MIT Sloan Health Systems Initiative
HSI Funds Five Research Projects in 2020
HSI held its second call for research proposals to MIT Sloan faculty in March of 2020, and will fund five projects this year. The funds will provide support for a variety of needs, including doctoral student funding, data purchasing, participation incentives, project management funding, and/or travel funding.
We are excited to be able to use HSI funding to support work that crosses disciplines within MIT Sloan, as well as work that falls within more than one of our three focus areas. We will bring you updates about these projects in the future.
Congratulations to all the recipients!The newly funded projects are:
"Warehouse Work & Worker Well-being“, by Erin Kelly in Work and Organization Studies, and Hazhir Rahmandad in System Dynamics. Funding will support a cluster-randomized trial in a national e-commerce firm’s network of 28 warehouses. The trial evaluates whether scheduling changes designed to increase workers’ say regarding their schedules will improve employee health and well-being, and benefit the firm through reduced absenteeism, reduced turnover, and perhaps increased productivity. While this study does not take place in the health care sector, its findings may have implications for health care workers and for workers in other industries characterized by demand volatility and highly interdependent work processes. This study aligns well with HSI’s exploration of research in employee population health.
- “Combining machine learning and behavioral insights to encourage medication adherence”, by Jónas Jónasson in Operations Management, and the MIT Applied Cooperation Team led by David Rand in Marketing and Erez Yoeli, a research scientist in Marketing. This project builds on prior research demonstrating that users of a mobile phone platform to support tuberculosis treatment demonstrated a 67% reduction in treatment non-completion relative to a control group receiving standard care.The new effort consists of two parts: classifier development, and testing those classifiers in a field trial. The classifiers aim to identify patients who will benefit most from treatment. One is designed for use prior to enrollment to determine who should be granted access. The other will be applied post-enrollment to identify patients who might benefit from increased engagement based on their interactions with the platform, to focus on those most at risk of non-completion.
The field trial will be a set of randomized control trials that compare multiple treatment groups with control groups, to show both the cost and success impacts of using each classifier. The goal is show that using the classifiers will save substantial costs while also improving performance (the second classifier), and will lead to only modest performance reductions relative to granting all those eligible for treatment access to the platform (the first classifier).
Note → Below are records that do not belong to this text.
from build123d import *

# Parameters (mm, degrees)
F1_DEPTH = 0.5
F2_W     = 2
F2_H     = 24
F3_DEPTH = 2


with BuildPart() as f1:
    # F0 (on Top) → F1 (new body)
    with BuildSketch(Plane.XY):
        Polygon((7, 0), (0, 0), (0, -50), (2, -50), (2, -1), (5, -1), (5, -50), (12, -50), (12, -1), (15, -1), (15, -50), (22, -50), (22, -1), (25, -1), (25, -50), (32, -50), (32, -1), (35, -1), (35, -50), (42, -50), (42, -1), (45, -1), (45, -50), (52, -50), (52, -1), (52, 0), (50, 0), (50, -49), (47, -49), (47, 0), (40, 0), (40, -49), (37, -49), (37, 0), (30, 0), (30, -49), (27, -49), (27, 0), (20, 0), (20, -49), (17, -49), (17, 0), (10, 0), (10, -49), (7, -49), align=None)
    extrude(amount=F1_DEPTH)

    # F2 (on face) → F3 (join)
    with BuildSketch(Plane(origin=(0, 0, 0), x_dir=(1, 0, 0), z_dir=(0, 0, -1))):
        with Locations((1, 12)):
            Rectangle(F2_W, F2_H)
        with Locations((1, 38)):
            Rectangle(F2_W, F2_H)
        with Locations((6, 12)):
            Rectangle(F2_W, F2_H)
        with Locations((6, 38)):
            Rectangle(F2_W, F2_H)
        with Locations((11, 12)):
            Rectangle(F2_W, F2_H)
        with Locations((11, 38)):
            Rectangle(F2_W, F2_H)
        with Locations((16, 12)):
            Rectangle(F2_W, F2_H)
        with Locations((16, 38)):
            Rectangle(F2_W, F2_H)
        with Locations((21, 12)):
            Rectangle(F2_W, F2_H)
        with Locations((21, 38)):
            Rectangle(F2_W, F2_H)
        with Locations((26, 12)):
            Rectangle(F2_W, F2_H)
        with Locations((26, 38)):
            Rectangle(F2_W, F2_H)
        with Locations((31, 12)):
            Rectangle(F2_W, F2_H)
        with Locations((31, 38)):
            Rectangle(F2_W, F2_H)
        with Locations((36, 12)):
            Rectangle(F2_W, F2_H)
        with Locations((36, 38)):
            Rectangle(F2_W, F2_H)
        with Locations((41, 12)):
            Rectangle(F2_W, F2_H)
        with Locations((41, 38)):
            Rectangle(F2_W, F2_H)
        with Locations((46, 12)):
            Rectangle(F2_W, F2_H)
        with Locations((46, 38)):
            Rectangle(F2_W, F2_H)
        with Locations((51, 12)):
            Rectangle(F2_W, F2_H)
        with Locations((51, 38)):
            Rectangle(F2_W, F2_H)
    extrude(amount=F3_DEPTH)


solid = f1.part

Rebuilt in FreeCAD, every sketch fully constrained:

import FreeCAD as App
import Part
import Sketcher
from FreeCAD import Vector


def add_polygon(sketch, points):
    """Adds a closed chain of lines whose ends are joined by coincident constraints."""
    first, n = sketch.GeometryCount, len(points)
    for a, b in zip(points, points[1:] + points[:1]):
        sketch.addGeometry(Part.LineSegment(App.Vector(*a, 0), App.Vector(*b, 0)), False)
    for i in range(n):
        sketch.addConstraint(Sketcher.Constraint("Coincident", first + i, 2, first + (i + 1) % n, 1))

doc = App.newDocument("Part")
body = doc.addObject("PartDesign::Body", "Body")

sketch1 = body.newObject("Sketcher::SketchObject", "Sketch")
sketch1.AttachmentSupport = (doc.getObject("XY_Plane"), [""])
sketch1.MapMode = "FlatFace"
add_polygon(sketch1, [(7, 0), (0, 0), (0, -50), (2, -50), (2, -1), (5, -1), (5, -50), (12, -50), (12, -1), (15, -1), (15, -50), (22, -50), (22, -1), (25, -1), (25, -50), (32, -50), (32, -1), (35, -1), (35, -50), (42, -50), (42, -1), (45, -1), (45, -50), (52, -50), (52, 0), (50, 0), (50, -49), (47, -49), (47, 0), (40, 0), (40, -49), (37, -49), (37, 0), (30, 0), (30, -49), (27, -49), (27, 0), (20, 0), (20, -49), (17, -49), (17, 0), (10, 0), (10, -49), (7, -49)])
sketch1.addConstraint(Sketcher.Constraint("Horizontal", 0))
sketch1.addConstraint(Sketcher.Constraint("Vertical", 1))
sketch1.addConstraint(Sketcher.Constraint("Horizontal", 2))
sketch1.addConstraint(Sketcher.Constraint("Vertical", 3))
sketch1.addConstraint(Sketcher.Constraint("Horizontal", 4))
sketch1.addConstraint(Sketcher.Constraint("Vertical", 5))
sketch1.addConstraint(Sketcher.Constraint("Horizontal", 6))
sketch1.addConstraint(Sketcher.Constraint("Vertical", 7))
sketch1.addConstraint(Sketcher.Constraint("Horizontal", 8))
sketch1.addConstraint(Sketcher.Constraint("Vertical", 9))
sketch1.addConstraint(Sketcher.Constraint("Horizontal", 10))
sketch1.addConstraint(Sketcher.Constraint("Vertical", 11))
sketch1.addConstraint(Sketcher.Constraint("Horizontal", 12))
sketch1.addConstraint(Sketcher.Constraint("Vertical", 13))
sketch1.addConstraint(Sketcher.Constraint("Horizontal", 14))
sketch1.addConstraint(Sketcher.Constraint("Vertical", 15))
sketch1.addConstraint(Sketcher.Constraint("Horizontal", 16))
sketch1.addConstraint(Sketcher.Constraint("Vertical", 17))
sketch1.addConstraint(Sketcher.Constraint("Horizontal", 18))
sketch1.addConstraint(Sketcher.Constraint("Vertical", 19))
sketch1.addConstraint(Sketcher.Constraint("Horizontal", 20))
sketch1.addConstraint(Sketcher.Constraint("Vertical", 21))
sketch1.addConstraint(Sketcher.Constraint("Horizontal", 22))
sketch1.addConstraint(Sketcher.Constraint("Vertical", 23))
sketch1.addConstraint(Sketcher.Constraint("Horizontal", 24))
sketch1.addConstraint(Sketcher.Constraint("Vertical", 25))
sketch1.addConstraint(Sketcher.Constraint("Horizontal", 26))
sketch1.addConstraint(Sketcher.Constraint("Vertical", 27))
sketch1.addConstraint(Sketcher.Constraint("Horizontal", 28))
sketch1.addConstraint(Sketcher.Constraint("Vertical", 29))
sketch1.addConstraint(Sketcher.Constraint("Horizontal", 30))
sketch1.addConstraint(Sketcher.Constraint("Vertical", 31))
sketch1.addConstraint(Sketcher.Constraint("Horizontal", 32))
sketch1.addConstraint(Sketcher.Constraint("Vertical", 33))
sketch1.addConstraint(Sketcher.Constraint("Horizontal", 34))
sketch1.addConstraint(Sketcher.Constraint("Vertical", 35))
sketch1.addConstraint(Sketcher.Constraint("Horizontal", 36))
sketch1.addConstraint(Sketcher.Constraint("Vertical", 37))
sketch1.addConstraint(Sketcher.Constraint("Horizontal", 38))
sketch1.addConstraint(Sketcher.Constraint("Vertical", 39))
sketch1.addConstraint(Sketcher.Constraint("Horizontal", 40))
sketch1.addConstraint(Sketcher.Constraint("Vertical", 41))
sketch1.addConstraint(Sketcher.Constraint("Horizontal", 42))
sketch1.addConstraint(Sketcher.Constraint("Vertical", 43))
sketch1.addConstraint(Sketcher.Constraint("Coincident", 0, 2, -1, 1))
sketch1.addConstraint(Sketcher.Constraint("PointOnObject", 23, 2, -1))
sketch1.addConstraint(Sketcher.Constraint("PointOnObject", 27, 2, -1))
sketch1.addConstraint(Sketcher.Constraint("PointOnObject", 31, 2, -1))
sketch1.addConstraint(Sketcher.Constraint("PointOnObject", 35, 2, -1))
sketch1.addConstraint(Sketcher.Constraint("PointOnObject", 39, 2, -1))
sketch1.addConstraint(Sketcher.Constraint("Horizontal", 2, 2, 5, 2))
sketch1.addConstraint(Sketcher.Constraint("Horizontal", 4, 2, 7, 2))
sketch1.addConstraint(Sketcher.Constraint("Horizontal", 6, 2, 9, 2))
sketch1.addConstraint(Sketcher.Constraint("Horizontal", 8, 2, 11, 2))
sketch1.addConstraint(Sketcher.Constraint("Horizontal", 10, 2, 13, 2))
sketch1.addConstraint(Sketcher.Constraint("Horizontal", 12, 2, 15, 2))
sketch1.addConstraint(Sketcher.Constraint("Horizontal", 14, 2, 17, 2))
sketch1.addConstraint(Sketcher.Constraint("Horizontal", 16, 2, 19, 2))
sketch1.addConstraint(Sketcher.Constraint("Horizontal", 18, 2, 21, 2))
sketch1.addConstraint(Sketcher.Constraint("Horizontal", 26, 2, 29, 2))
sketch1.addConstraint(Sketcher.Constraint("Horizontal", 30, 2, 33, 2))
sketch1.addConstraint(Sketcher.Constraint("Horizontal", 34, 2, 37, 2))
sketch1.addConstraint(Sketcher.Constraint("Horizontal", 38, 2, 41, 2))
sketch1.addConstraint(Sketcher.Constraint("Equal", 0, 6))
sketch1.addConstraint(Sketcher.Constraint("Equal", 4, 8))
sketch1.addConstraint(Sketcher.Constraint("Equal", 6, 10))
sketch1.addConstraint(Sketcher.Constraint("Equal", 8, 12))
sketch1.addConstraint(Sketcher.Constraint("Equal", 10, 14))
sketch1.addConstraint(Sketcher.Constraint("Equal", 12, 16))
sketch1.addConstraint(Sketcher.Constraint("Equal", 14, 18))
sketch1.addConstraint(Sketcher.Constraint("Equal", 16, 20))
sketch1.addConstraint(Sketcher.Constraint("Equal", 18, 22))
sketch1.addConstraint(Sketcher.Constraint("Equal", 2, 24))
sketch1.addConstraint(Sketcher.Constraint("Equal", 20, 26))
sketch1.addConstraint(Sketcher.Constraint("Equal", 22, 28))
sketch1.addConstraint(Sketcher.Constraint("Equal", 26, 30))
sketch1.addConstraint(Sketcher.Constraint("Equal", 28, 32))
sketch1.addConstraint(Sketcher.Constraint("Equal", 30, 34))
sketch1.addConstraint(Sketcher.Constraint("Equal", 32, 36))
sketch1.addConstraint(Sketcher.Constraint("Equal", 34, 38))
sketch1.addConstraint(Sketcher.Constraint("Equal", 36, 40))
sketch1.addConstraint(Sketcher.Constraint("Equal", 21, 25))
sketch1.addConstraint(Sketcher.Constraint("DistanceX", 0, 2, 0, 1, 7.0))
sketch1.addConstraint(Sketcher.Constraint("DistanceX", 2, 1, 2, 2, 2.0))
sketch1.addConstraint(Sketcher.Constraint("DistanceX", 4, 1, 4, 2, 3.0))
sketch1.addConstraint(Sketcher.Constraint("DistanceY", 1, 2, 1, 1, 50.0))
sketch1.addConstraint(Sketcher.Constraint("DistanceY", 3, 1, 3, 2, 49.0))
pad1 = body.newObject("PartDesign::Pad", "Pad")
pad1.Profile = sketch1
pad1.Length = 0.5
We are very excited to be able to use HSI funding to support work that crosses disciplines within MIT Sloan.
- “The Relationship between Health IT Systems and Healthcare Industry Consolidation, Opioid Epidemic Control, or Pandemic Responsiveness”, by Catherine Tucker in Marketing and her longtime collaborator Amalia Miller at the University of Virginia. The research will use econometric methods and existing American Hospital Association survey data on IT. Research questions include:
- What is the role of healthcare IT in enhancing hospital mergers by expanding access to data, or potentially constraining the benefits of mergers if hospital IT systems prove to be costly and hard to integrate?
- How does the ability to document electronic prescribing of controlled substances impact recorded deaths from opioids? More specifically, what is the effect of allowing electronic prescriptions, sharing data with a state’s prescription drug monitoring program, and the combination of these two capabilities?
- What is the impact of the types of IT systems adopted by hospitals prior to the COVID-19 epidemic on health outcomes from the pandemics? For example, what are effects of regional health information exchange organizations (RHIOs)?
This project fits well within our focus areas of both Healthcare Analytics and Healthcare Operations, as it investigates ways in which health IT infrastructure affects care.
We are also continuing to fund two projects that we supported this past year.
- Predictive and Prescriptive Analytics to Address the Substance Abuse Crisis” by Georgia Perakis in Operations Management and Dessislava Pachamanova from Babson College. The project focus is on both prediction and prescriptive methods to improve treatment of patients with SUD. The analytics take into account patient characteristics and risk profile to prescribe the treatment that would be best for the patient, under both capacity and budget constraints and in a scalable, multi‐staged fashion. The models strongly emphasize interpretability and show promise in experiments with simulated data. The researchers are testing the models with openly available data from the MIMIC dataset, and are working with hospital partners to obtain de-identified data for customized model development and field-testing.
- “Geisinger’s Fresh Food Farmacy: a Randomized Controlled Trial” by Joseph Doyle in Applied Economics. This study, with Geisinger Health, evaluates health impacts on patients and their families of its Fresh Food Farmacy effort, a food-as-medicine approach to improve health among food-insecure patients with diabetes featuring a diet prescription filled at an FFF each week, along with dietitian advice and care management. Patient recruitment began in April 2019 with a goal of 500 participants. Close to 300 subjects have signed up as of March 2020. HSI funds are supporting research project management and incentive payments to participants for the extra testing needed to measure outcomes for the study.